- _Instructions to follow_:
Return the data below exactly, but only from the line containing "#296=PLANE('',#295);" through the line containing "#314=AXIS2_PLACEMENT_3D('',#313,#142,#41);", with both of those lines included.

(Collected data entries)
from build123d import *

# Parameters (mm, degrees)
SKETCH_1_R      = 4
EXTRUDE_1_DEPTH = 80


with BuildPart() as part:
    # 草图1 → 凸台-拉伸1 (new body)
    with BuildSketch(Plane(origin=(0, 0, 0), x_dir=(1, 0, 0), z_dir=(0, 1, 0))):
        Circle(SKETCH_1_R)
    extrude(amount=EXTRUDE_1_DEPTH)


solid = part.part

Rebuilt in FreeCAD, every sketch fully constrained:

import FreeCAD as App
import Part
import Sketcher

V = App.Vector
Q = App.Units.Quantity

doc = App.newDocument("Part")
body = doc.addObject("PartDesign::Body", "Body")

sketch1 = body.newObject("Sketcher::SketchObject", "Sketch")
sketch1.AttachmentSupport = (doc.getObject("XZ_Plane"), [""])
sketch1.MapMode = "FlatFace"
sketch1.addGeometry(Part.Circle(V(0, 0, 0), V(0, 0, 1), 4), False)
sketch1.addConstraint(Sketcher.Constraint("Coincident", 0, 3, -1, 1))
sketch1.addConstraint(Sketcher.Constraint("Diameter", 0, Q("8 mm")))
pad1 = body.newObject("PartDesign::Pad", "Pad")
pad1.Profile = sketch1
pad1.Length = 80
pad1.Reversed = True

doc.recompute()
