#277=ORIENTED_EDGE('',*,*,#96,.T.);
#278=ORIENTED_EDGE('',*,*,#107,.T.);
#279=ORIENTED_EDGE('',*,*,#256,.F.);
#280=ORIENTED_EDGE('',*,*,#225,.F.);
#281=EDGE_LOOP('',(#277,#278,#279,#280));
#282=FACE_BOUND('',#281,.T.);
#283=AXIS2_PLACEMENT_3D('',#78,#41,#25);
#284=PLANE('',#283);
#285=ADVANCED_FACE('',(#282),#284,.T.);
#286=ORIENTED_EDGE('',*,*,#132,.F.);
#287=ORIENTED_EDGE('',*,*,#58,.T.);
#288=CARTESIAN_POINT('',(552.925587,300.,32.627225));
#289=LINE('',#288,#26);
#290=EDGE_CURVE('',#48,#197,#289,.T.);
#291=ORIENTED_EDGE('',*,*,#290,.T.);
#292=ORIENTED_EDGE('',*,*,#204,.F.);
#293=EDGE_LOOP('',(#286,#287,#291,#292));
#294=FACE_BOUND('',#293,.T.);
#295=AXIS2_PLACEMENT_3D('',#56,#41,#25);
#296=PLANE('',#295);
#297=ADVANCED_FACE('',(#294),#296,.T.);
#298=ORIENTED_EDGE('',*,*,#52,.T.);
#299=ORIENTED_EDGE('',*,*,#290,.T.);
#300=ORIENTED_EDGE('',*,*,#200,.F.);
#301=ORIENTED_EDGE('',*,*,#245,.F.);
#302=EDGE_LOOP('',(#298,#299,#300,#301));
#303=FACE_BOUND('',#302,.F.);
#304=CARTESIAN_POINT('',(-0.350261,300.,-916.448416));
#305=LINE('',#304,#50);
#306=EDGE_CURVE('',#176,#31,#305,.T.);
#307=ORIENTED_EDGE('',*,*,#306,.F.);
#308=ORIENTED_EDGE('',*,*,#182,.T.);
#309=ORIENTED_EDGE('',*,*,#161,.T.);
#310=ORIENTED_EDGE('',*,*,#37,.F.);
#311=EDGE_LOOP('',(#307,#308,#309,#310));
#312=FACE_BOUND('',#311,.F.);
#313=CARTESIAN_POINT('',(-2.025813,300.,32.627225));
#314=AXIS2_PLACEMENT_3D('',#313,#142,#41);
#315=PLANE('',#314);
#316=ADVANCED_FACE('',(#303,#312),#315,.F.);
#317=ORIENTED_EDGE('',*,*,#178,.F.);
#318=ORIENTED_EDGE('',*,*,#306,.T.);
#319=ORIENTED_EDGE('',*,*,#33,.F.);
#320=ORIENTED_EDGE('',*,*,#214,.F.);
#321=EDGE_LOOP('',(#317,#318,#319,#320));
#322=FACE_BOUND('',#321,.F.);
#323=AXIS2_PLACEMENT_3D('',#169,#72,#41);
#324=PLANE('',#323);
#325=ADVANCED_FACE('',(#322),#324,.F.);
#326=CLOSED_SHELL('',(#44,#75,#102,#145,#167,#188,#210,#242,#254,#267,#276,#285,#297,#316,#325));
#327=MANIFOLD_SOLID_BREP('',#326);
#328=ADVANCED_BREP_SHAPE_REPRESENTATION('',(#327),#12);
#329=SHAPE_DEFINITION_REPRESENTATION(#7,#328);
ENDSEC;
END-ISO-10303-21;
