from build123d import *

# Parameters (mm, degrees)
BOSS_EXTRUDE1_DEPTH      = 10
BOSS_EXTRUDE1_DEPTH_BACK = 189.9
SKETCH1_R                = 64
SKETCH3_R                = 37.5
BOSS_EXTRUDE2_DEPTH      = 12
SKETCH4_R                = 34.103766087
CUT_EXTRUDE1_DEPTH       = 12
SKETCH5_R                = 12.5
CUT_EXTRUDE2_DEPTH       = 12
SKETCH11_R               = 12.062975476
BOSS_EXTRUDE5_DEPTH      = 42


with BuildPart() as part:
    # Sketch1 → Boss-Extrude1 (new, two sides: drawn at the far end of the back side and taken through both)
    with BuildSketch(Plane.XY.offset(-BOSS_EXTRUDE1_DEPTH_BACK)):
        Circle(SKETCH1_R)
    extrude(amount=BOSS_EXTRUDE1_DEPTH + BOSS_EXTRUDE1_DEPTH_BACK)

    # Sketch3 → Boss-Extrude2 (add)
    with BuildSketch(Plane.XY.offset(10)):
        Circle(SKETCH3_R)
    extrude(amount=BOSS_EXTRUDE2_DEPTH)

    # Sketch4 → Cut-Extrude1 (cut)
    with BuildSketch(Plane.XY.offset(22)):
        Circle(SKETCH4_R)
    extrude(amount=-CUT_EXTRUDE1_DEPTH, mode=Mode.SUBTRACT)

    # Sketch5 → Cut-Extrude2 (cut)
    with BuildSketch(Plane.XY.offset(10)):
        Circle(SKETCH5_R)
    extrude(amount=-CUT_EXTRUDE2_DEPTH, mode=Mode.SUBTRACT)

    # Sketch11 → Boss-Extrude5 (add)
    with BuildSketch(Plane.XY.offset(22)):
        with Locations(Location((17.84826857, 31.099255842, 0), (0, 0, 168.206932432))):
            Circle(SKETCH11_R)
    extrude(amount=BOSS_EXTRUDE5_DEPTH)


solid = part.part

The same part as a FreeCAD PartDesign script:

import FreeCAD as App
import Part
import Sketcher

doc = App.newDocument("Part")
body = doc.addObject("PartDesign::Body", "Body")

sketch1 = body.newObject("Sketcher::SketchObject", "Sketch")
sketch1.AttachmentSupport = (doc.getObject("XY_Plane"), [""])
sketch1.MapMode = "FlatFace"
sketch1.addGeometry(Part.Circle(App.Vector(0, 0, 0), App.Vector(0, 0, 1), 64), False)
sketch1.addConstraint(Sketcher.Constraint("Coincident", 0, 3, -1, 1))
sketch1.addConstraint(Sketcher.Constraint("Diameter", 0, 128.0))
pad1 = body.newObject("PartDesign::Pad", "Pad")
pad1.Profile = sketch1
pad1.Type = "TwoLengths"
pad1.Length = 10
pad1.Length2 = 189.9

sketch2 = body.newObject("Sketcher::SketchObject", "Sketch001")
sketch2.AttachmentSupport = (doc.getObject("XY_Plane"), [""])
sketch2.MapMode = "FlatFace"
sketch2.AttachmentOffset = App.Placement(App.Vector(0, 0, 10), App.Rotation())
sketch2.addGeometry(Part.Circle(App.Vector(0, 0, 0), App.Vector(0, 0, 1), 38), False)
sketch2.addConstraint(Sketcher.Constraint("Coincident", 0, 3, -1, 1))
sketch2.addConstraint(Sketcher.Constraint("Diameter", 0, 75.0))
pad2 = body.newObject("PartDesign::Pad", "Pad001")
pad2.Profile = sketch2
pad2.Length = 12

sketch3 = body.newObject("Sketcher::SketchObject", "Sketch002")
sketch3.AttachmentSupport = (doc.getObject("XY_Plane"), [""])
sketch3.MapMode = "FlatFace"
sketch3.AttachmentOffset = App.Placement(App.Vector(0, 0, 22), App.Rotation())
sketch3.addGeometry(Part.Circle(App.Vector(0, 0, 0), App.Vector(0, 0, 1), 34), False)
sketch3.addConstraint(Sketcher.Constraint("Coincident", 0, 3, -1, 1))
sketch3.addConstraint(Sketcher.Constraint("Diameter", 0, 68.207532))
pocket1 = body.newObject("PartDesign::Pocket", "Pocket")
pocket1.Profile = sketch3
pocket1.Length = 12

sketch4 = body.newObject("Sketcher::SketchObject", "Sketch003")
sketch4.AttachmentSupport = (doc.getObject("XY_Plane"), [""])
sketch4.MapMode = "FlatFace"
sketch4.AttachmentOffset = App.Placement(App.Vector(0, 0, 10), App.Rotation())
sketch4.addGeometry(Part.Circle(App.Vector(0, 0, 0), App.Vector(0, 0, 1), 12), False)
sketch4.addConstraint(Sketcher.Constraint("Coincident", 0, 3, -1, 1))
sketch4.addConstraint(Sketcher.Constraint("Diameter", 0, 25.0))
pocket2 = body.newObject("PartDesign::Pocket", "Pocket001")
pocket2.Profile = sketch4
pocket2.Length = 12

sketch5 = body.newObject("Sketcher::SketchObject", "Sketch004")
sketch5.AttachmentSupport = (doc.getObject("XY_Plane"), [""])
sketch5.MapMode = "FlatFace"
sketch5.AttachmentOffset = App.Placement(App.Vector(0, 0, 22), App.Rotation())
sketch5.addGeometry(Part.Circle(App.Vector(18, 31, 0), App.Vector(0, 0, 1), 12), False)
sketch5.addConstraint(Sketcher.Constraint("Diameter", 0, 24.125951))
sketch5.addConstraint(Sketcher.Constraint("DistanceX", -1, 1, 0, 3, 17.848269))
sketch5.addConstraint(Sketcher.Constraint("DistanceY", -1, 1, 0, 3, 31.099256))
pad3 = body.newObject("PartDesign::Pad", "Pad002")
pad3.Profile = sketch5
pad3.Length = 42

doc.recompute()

--

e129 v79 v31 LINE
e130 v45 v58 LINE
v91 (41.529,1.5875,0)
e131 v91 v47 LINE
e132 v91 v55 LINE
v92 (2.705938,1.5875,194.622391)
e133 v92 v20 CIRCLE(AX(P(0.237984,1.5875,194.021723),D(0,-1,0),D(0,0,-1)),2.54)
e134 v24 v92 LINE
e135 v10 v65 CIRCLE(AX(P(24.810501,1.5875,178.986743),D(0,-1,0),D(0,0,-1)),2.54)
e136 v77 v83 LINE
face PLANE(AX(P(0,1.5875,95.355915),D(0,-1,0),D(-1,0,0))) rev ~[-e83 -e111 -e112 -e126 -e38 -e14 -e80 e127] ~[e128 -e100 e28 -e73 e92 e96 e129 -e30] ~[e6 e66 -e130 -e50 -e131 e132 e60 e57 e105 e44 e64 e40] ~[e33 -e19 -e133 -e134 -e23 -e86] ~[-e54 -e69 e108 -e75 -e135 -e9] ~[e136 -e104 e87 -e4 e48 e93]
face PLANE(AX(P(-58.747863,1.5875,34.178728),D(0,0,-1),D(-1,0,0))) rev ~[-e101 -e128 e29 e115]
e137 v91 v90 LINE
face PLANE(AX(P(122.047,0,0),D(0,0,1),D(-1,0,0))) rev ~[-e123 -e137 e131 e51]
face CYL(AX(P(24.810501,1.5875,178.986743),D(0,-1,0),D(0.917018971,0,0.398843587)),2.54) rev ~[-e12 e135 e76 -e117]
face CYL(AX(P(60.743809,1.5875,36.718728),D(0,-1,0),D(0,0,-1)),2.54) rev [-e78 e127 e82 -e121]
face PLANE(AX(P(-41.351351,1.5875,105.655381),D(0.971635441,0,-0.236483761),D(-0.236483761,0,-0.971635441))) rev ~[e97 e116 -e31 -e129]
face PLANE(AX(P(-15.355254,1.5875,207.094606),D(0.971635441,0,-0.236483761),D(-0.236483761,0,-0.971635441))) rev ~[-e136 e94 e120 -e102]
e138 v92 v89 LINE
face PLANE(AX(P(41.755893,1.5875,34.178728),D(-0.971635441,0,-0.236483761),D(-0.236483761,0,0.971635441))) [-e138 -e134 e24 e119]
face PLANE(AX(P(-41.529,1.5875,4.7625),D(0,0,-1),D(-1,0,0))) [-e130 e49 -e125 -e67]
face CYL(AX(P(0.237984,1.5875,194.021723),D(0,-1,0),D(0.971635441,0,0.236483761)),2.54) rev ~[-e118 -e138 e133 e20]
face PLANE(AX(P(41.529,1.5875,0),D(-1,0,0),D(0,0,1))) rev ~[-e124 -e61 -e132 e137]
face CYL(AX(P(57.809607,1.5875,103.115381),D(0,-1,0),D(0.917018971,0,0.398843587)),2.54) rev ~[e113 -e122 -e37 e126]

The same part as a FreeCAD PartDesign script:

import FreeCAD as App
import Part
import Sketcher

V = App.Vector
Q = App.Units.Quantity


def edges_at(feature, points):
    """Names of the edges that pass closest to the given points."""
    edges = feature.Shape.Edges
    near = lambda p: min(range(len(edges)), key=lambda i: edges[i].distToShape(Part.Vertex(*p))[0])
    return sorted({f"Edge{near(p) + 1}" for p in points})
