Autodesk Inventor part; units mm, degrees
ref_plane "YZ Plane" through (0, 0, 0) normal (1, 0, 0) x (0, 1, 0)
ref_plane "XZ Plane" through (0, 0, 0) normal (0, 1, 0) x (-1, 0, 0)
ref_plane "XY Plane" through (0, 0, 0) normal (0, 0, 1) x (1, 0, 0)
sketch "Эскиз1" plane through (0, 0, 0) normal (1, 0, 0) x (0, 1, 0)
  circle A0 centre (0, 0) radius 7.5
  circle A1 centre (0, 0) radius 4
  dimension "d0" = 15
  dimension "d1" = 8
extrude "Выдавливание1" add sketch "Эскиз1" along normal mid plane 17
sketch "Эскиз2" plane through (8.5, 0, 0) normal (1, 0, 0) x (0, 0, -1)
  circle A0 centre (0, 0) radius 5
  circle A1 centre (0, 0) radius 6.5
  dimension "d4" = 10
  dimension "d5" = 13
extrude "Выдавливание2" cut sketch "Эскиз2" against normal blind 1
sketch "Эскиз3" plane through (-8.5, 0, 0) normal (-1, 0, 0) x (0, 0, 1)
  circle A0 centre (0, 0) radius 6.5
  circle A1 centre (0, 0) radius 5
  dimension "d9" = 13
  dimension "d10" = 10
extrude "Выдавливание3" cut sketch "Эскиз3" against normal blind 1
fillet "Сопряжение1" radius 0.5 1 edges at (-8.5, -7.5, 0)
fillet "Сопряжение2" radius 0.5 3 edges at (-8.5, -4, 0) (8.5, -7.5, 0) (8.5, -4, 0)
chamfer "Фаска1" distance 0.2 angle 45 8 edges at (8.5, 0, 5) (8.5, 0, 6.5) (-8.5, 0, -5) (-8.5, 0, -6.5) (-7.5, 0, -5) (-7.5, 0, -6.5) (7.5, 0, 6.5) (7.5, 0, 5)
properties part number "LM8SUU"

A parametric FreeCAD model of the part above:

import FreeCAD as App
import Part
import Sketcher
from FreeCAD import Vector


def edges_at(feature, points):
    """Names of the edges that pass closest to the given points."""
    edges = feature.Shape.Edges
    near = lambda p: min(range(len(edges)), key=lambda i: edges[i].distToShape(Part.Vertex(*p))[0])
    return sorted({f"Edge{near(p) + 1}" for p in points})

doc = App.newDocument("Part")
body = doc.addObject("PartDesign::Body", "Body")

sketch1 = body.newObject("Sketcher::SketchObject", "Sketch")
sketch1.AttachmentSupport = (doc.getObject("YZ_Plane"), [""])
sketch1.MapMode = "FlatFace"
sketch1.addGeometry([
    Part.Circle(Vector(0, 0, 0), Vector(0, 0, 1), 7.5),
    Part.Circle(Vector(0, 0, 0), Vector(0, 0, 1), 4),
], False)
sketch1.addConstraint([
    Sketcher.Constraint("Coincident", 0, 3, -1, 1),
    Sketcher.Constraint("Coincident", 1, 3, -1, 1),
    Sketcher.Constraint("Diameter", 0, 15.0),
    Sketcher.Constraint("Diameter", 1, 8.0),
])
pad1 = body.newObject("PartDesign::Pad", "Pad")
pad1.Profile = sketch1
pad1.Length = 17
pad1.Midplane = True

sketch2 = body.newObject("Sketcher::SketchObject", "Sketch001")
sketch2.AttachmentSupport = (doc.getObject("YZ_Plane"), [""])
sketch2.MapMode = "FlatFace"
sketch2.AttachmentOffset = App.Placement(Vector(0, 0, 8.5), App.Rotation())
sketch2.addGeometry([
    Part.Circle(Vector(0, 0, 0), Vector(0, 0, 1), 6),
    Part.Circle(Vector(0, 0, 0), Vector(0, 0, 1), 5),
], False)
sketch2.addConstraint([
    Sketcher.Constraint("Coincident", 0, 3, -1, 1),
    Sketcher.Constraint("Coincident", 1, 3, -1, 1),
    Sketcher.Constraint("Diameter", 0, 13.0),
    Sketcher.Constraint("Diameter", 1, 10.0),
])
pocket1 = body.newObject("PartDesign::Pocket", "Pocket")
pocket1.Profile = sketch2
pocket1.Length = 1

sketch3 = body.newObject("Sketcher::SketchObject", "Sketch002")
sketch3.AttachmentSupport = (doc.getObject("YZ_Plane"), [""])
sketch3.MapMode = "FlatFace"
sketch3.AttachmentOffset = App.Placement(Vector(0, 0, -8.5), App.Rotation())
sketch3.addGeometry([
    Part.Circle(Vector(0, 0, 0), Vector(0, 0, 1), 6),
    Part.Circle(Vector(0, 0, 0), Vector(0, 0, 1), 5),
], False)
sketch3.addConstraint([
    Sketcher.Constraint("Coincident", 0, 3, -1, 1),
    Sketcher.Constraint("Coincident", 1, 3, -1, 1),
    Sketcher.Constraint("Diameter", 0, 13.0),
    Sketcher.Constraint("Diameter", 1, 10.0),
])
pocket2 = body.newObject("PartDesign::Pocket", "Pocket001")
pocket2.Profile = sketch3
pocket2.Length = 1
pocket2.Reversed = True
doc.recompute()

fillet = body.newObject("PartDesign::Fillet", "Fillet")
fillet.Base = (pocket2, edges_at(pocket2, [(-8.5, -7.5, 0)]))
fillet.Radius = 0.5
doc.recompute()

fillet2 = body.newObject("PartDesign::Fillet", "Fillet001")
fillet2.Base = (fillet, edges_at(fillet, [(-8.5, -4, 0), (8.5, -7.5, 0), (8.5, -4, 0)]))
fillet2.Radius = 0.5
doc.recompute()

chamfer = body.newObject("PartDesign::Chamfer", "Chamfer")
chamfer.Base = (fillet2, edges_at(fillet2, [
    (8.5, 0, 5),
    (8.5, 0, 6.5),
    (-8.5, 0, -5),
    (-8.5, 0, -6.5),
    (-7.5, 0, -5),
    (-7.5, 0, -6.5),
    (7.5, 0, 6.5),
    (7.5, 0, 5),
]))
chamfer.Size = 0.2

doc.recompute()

- _Written answer_:
#296=PLANE('',#295);
#297=ADVANCED_FACE('',(#294),#296,.T.);
#298=ORIENTED_EDGE('',*,*,#52,.T.);
#299=ORIENTED_EDGE('',*,*,#290,.T.);
#300=ORIENTED_EDGE('',*,*,#200,.F.);
#301=ORIENTED_EDGE('',*,*,#245,.F.);
#302=EDGE_LOOP('',(#298,#299,#300,#301));
#303=FACE_BOUND('',#302,.F.);
#304=CARTESIAN_POINT('',(-0.350261,300.,-916.448416));
#305=LINE('',#304,#50);
#306=EDGE_CURVE('',#176,#31,#305,.T.);
#307=ORIENTED_EDGE('',*,*,#306,.F.);
#308=ORIENTED_EDGE('',*,*,#182,.T.);
#309=ORIENTED_EDGE('',*,*,#161,.T.);
#310=ORIENTED_EDGE('',*,*,#37,.F.);
#311=EDGE_LOOP('',(#307,#308,#309,#310));
#312=FACE_BOUND('',#311,.F.);
#313=CARTESIAN_POINT('',(-2.025813,300.,32.627225));
#314=AXIS2_PLACEMENT_3D('',#313,#142,#41);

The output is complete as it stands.